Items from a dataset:
★ ★ ★
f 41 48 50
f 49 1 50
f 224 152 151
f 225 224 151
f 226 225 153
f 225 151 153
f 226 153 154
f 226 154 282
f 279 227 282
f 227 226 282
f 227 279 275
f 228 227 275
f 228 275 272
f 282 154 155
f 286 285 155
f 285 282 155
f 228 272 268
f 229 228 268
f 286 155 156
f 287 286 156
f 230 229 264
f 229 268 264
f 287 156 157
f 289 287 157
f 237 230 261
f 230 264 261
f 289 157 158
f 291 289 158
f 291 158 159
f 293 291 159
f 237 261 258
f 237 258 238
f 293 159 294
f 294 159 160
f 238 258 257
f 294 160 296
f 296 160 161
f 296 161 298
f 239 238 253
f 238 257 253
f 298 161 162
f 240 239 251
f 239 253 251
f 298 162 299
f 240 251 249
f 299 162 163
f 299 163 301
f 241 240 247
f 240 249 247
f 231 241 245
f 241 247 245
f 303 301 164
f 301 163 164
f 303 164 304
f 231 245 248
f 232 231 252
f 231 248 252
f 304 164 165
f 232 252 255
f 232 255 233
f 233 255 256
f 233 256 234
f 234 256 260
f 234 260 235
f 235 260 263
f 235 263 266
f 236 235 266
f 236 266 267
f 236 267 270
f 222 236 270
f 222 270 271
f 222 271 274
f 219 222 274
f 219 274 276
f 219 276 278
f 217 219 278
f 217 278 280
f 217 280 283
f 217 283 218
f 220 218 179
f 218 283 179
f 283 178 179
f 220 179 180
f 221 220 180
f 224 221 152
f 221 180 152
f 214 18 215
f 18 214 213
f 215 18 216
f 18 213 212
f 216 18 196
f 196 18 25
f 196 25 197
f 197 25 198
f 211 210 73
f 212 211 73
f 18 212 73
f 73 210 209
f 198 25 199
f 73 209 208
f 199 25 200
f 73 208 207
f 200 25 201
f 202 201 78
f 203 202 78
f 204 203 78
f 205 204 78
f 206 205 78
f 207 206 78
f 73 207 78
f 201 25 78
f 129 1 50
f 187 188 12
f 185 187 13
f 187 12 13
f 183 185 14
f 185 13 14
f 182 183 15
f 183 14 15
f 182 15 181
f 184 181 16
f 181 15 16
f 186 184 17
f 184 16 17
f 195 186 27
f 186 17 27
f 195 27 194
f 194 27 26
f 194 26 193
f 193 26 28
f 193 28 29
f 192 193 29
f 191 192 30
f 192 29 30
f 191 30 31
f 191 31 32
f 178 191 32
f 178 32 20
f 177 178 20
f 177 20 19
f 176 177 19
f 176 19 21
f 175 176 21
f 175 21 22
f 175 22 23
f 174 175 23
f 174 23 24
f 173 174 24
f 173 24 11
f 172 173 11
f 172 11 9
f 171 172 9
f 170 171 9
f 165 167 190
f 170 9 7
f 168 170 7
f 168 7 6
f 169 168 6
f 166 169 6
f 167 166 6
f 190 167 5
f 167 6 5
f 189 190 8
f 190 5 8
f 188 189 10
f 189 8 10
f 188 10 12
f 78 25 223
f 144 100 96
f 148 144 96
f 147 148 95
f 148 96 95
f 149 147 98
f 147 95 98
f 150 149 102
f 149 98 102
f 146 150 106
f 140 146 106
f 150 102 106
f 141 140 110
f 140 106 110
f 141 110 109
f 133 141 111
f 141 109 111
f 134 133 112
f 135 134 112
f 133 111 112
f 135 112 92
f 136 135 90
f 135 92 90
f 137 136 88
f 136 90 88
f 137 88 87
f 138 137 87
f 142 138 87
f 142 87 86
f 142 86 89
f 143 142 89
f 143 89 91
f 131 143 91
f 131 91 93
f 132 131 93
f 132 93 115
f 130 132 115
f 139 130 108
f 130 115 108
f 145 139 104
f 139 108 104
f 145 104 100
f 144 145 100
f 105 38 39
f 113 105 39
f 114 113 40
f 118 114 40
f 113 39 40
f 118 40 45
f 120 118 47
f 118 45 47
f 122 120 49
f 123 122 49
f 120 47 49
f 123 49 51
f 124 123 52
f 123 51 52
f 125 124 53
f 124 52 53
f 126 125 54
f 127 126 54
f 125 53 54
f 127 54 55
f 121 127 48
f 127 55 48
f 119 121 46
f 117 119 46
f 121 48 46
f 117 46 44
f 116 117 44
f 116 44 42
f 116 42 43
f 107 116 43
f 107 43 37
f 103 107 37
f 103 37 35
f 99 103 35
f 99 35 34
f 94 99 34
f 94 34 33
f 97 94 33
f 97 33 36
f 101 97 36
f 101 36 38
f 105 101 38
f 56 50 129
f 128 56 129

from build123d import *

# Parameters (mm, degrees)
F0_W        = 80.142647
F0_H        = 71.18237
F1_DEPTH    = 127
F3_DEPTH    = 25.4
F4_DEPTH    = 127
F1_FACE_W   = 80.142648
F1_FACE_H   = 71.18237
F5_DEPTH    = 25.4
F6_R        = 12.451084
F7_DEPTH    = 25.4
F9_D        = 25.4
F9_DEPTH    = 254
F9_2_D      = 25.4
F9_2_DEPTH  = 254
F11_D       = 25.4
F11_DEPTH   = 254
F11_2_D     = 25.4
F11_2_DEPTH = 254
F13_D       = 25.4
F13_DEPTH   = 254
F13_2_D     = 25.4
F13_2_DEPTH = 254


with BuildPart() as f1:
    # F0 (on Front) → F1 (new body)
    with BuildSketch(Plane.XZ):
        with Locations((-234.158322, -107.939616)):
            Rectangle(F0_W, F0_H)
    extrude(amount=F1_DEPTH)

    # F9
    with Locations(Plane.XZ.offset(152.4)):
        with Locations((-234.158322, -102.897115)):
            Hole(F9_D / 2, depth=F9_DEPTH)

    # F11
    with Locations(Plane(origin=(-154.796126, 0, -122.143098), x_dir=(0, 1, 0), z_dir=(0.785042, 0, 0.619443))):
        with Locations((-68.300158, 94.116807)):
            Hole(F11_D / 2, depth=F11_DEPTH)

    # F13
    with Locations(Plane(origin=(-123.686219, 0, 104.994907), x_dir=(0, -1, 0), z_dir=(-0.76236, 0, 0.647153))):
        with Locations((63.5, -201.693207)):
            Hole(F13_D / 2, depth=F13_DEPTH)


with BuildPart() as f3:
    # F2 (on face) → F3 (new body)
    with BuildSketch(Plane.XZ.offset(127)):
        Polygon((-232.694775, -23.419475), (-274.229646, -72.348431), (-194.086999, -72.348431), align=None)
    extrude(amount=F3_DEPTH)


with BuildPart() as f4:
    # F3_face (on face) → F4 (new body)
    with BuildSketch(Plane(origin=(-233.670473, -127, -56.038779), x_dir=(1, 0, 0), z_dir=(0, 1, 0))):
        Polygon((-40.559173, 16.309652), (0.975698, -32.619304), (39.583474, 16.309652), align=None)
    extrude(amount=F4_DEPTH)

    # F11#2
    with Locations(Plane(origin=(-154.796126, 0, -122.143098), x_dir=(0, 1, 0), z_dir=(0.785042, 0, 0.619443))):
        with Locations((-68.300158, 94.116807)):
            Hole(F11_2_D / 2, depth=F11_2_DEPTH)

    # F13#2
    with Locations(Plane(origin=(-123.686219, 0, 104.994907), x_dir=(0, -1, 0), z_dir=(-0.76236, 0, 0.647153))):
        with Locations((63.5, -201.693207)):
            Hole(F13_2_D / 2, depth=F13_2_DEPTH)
★ ★ ★
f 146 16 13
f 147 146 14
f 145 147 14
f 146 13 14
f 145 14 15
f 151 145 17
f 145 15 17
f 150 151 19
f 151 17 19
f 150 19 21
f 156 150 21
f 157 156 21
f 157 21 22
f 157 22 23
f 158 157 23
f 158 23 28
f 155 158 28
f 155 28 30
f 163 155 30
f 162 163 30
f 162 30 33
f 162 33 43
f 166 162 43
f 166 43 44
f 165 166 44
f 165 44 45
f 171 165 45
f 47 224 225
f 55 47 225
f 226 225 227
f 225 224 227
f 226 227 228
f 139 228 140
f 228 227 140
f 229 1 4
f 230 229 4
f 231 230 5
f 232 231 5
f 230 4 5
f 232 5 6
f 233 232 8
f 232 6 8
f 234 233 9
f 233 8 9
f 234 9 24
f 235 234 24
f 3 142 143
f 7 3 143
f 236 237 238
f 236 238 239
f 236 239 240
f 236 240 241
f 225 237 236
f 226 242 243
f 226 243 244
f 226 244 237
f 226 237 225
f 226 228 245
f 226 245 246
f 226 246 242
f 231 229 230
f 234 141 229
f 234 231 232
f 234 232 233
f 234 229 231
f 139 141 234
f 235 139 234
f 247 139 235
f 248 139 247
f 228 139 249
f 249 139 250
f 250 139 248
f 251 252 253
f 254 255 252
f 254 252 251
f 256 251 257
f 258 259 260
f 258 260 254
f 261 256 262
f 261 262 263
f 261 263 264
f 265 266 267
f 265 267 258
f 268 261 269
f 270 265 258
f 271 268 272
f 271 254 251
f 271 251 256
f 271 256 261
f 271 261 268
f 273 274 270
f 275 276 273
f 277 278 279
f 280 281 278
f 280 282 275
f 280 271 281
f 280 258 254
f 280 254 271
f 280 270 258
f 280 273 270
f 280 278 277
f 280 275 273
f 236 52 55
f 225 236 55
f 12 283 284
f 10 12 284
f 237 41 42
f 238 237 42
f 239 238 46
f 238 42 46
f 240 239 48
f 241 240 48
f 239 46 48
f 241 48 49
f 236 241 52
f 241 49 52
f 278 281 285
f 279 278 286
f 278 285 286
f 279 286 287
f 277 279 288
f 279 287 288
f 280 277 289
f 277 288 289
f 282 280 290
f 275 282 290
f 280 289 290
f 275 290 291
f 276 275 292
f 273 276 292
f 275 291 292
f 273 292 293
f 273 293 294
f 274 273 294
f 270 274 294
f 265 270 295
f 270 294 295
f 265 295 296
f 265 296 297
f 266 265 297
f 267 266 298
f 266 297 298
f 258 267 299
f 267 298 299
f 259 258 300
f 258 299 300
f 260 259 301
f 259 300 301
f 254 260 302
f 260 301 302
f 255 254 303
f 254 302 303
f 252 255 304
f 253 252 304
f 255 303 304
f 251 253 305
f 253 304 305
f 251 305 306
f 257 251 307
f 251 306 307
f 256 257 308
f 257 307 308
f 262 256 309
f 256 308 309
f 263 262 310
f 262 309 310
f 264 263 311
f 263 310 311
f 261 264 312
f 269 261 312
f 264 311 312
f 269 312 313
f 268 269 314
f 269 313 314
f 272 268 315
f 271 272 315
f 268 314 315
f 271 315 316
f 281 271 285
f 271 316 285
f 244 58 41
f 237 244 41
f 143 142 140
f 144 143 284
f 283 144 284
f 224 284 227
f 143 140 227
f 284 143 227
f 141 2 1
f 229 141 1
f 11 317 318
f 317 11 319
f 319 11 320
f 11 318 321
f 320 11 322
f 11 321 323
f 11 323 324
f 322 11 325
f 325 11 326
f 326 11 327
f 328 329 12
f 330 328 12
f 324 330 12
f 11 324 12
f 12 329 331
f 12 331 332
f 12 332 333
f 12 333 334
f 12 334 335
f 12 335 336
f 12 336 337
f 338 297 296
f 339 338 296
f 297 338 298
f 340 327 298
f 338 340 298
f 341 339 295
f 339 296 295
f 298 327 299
★ ★ ★
Action item: The required answer is each line of the data in which the word "align" appears.

Result of the task:
        Polygon((-232.694775, -23.419475), (-274.229646, -72.348431), (-194.086999, -72.348431), align=None)
        Polygon((-40.559173, 16.309652), (0.975698, -32.619304), (39.583474, 16.309652), align=None)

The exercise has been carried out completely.